Task objective =>
From the entries below, reproduce exactly the line containing "f 651 742 743", the line containing "f 874 61 59", and every line in between, with nothing added.

Saved entries:
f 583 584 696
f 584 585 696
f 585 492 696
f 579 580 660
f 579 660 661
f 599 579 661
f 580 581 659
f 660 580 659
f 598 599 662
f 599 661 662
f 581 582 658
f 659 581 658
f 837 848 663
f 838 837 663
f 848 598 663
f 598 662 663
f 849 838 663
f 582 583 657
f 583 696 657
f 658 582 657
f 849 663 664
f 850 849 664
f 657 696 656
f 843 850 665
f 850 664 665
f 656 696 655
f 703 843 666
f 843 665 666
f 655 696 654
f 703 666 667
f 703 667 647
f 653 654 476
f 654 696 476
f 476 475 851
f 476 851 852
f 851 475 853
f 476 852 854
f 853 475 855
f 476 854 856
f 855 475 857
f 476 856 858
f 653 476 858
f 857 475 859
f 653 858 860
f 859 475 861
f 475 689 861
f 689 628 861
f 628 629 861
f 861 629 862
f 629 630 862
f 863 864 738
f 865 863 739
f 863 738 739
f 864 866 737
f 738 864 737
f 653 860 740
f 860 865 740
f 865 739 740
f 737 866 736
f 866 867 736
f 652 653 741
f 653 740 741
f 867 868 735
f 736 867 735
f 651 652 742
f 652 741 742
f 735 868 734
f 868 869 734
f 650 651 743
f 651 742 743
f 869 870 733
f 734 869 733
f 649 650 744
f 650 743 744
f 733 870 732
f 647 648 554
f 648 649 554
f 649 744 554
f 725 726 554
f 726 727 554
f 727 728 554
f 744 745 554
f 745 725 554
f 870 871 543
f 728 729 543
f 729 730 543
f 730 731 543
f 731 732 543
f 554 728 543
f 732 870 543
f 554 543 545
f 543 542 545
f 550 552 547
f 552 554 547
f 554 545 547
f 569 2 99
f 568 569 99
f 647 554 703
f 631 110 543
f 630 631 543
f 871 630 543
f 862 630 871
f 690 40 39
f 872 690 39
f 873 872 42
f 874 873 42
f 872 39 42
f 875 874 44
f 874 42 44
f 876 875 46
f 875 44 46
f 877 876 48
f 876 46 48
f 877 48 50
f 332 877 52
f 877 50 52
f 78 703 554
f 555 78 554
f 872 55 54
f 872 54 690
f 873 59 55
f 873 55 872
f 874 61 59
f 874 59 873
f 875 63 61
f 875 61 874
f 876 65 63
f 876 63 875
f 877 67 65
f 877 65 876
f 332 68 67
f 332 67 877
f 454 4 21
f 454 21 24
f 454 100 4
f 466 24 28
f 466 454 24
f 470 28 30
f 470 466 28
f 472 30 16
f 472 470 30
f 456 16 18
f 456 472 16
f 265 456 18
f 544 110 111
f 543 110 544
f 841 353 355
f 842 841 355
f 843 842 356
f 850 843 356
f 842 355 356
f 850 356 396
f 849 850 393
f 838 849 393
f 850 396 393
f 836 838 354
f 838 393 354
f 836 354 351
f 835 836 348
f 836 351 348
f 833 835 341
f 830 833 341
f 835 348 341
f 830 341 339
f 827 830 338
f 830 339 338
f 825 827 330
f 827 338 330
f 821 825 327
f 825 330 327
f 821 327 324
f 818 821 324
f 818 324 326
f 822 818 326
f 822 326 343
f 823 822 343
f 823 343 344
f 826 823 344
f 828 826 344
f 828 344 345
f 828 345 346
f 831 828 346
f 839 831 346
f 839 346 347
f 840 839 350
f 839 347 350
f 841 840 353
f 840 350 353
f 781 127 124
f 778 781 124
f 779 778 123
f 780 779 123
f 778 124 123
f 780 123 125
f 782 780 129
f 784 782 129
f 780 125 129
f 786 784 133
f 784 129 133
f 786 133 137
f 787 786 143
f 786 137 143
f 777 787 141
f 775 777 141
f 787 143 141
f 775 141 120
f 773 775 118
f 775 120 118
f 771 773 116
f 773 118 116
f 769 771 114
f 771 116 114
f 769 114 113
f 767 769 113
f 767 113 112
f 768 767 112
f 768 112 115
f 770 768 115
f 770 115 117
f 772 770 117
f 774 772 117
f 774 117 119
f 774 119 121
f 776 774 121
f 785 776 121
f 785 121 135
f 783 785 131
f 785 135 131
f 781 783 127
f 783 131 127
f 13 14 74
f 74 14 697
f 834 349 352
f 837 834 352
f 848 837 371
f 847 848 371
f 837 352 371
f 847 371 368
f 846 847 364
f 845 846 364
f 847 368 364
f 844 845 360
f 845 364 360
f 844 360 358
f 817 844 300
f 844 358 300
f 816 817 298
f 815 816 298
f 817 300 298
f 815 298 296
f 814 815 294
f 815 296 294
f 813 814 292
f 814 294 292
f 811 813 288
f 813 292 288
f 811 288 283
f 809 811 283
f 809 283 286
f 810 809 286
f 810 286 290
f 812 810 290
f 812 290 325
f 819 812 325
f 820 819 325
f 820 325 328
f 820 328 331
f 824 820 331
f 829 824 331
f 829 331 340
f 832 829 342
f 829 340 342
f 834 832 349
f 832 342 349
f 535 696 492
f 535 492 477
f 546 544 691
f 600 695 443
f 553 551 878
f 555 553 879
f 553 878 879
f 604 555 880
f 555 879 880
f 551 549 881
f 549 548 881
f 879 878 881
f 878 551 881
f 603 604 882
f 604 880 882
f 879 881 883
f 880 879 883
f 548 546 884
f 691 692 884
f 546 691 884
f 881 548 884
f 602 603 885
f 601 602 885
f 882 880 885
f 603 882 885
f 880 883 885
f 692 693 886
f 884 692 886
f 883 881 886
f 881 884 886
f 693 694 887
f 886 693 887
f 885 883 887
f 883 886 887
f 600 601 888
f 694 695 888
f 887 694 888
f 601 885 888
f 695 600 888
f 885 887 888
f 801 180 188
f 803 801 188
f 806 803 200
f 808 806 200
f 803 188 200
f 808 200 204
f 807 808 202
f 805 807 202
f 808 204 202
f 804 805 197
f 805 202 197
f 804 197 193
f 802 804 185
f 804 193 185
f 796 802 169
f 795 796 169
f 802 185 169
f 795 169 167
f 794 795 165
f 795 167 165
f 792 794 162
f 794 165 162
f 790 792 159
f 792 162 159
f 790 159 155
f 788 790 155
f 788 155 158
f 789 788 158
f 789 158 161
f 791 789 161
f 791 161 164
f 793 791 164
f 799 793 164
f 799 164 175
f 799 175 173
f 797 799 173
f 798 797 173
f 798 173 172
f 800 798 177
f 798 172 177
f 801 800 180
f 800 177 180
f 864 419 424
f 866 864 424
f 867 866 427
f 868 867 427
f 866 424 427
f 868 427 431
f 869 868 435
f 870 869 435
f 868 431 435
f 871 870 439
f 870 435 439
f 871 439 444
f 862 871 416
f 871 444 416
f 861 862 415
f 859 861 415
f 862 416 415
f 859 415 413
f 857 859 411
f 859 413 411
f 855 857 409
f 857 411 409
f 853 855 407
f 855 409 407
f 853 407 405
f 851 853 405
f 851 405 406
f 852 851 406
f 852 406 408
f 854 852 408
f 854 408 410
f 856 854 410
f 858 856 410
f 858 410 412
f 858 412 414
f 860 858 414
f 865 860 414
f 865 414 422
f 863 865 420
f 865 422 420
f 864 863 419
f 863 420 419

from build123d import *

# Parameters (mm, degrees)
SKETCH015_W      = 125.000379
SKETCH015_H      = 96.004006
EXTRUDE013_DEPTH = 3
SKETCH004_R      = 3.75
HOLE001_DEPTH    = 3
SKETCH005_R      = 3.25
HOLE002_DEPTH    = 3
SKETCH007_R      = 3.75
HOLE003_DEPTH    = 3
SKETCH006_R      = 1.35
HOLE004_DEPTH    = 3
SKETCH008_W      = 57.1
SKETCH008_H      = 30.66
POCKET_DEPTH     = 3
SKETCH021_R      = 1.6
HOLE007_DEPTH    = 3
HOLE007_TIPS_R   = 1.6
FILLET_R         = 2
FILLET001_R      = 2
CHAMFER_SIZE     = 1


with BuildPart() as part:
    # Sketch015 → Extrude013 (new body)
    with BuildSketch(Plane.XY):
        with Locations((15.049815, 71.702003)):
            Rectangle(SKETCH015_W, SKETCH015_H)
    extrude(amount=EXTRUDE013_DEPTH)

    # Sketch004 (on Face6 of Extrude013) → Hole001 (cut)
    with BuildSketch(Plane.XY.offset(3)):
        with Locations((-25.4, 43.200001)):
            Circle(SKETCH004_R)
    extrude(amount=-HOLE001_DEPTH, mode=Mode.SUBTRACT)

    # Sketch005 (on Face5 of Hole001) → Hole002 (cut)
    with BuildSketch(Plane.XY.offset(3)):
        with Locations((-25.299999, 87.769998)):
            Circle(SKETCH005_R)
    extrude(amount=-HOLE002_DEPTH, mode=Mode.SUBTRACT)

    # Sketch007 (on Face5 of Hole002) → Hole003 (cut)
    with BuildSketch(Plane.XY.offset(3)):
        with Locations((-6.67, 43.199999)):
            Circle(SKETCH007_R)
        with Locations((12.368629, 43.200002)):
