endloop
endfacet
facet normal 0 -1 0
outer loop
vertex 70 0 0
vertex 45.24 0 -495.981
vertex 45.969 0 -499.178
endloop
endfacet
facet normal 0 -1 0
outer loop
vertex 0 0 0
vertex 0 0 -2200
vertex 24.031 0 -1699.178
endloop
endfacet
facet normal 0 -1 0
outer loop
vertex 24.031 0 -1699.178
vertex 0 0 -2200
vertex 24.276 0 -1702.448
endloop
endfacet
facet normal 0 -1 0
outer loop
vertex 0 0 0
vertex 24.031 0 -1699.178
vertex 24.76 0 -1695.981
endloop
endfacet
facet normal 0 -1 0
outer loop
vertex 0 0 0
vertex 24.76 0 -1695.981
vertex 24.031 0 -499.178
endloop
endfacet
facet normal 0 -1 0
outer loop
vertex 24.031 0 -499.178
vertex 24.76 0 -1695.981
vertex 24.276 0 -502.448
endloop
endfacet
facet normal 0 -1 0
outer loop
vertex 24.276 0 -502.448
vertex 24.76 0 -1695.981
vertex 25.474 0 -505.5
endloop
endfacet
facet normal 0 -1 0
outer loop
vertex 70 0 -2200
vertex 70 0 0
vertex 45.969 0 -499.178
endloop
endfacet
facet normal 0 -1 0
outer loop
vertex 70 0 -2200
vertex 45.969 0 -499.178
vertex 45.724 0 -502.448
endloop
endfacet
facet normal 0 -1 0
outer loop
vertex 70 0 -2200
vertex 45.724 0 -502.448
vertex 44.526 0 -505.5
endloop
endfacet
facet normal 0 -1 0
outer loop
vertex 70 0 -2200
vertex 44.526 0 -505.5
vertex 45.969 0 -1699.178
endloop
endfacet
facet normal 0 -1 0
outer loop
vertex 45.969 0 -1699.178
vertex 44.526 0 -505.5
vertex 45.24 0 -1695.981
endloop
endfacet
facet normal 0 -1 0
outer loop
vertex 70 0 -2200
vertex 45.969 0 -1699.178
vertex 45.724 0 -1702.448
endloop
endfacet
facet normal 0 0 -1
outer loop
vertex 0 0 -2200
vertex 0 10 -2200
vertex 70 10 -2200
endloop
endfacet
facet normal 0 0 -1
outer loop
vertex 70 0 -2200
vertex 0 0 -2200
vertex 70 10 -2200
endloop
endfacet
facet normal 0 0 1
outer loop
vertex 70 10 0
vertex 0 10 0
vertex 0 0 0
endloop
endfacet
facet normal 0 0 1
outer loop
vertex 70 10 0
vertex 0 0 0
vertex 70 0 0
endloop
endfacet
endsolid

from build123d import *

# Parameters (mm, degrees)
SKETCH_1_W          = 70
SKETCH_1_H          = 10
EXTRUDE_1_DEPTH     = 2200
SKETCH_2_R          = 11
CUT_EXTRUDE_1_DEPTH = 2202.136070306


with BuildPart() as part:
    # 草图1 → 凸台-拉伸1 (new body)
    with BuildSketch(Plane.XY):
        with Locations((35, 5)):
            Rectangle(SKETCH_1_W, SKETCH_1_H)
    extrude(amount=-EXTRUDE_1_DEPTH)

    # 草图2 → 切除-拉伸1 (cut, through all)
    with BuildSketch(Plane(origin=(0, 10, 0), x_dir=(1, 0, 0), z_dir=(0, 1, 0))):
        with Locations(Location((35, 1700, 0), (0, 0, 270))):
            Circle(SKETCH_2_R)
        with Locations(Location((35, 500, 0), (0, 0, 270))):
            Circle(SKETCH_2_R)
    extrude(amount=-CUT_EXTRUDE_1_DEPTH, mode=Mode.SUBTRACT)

Reply to the exercise =>
f 651 742 743
f 869 870 733
f 734 869 733
f 649 650 744
f 650 743 744
f 733 870 732
f 647 648 554
f 648 649 554
f 649 744 554
f 725 726 554
f 726 727 554
f 727 728 554
f 744 745 554
f 745 725 554
f 870 871 543
f 728 729 543
f 729 730 543
f 730 731 543
f 731 732 543
f 554 728 543
f 732 870 543
f 554 543 545
f 543 542 545
f 550 552 547
f 552 554 547
f 554 545 547
f 569 2 99
f 568 569 99
f 647 554 703
f 631 110 543
f 630 631 543
f 871 630 543
f 862 630 871
f 690 40 39
f 872 690 39
f 873 872 42
f 874 873 42
f 872 39 42
f 875 874 44
f 874 42 44
f 876 875 46
f 875 44 46
f 877 876 48
f 876 46 48
f 877 48 50
f 332 877 52
f 877 50 52
f 78 703 554
f 555 78 554
f 872 55 54
f 872 54 690
f 873 59 55
f 873 55 872
f 874 61 59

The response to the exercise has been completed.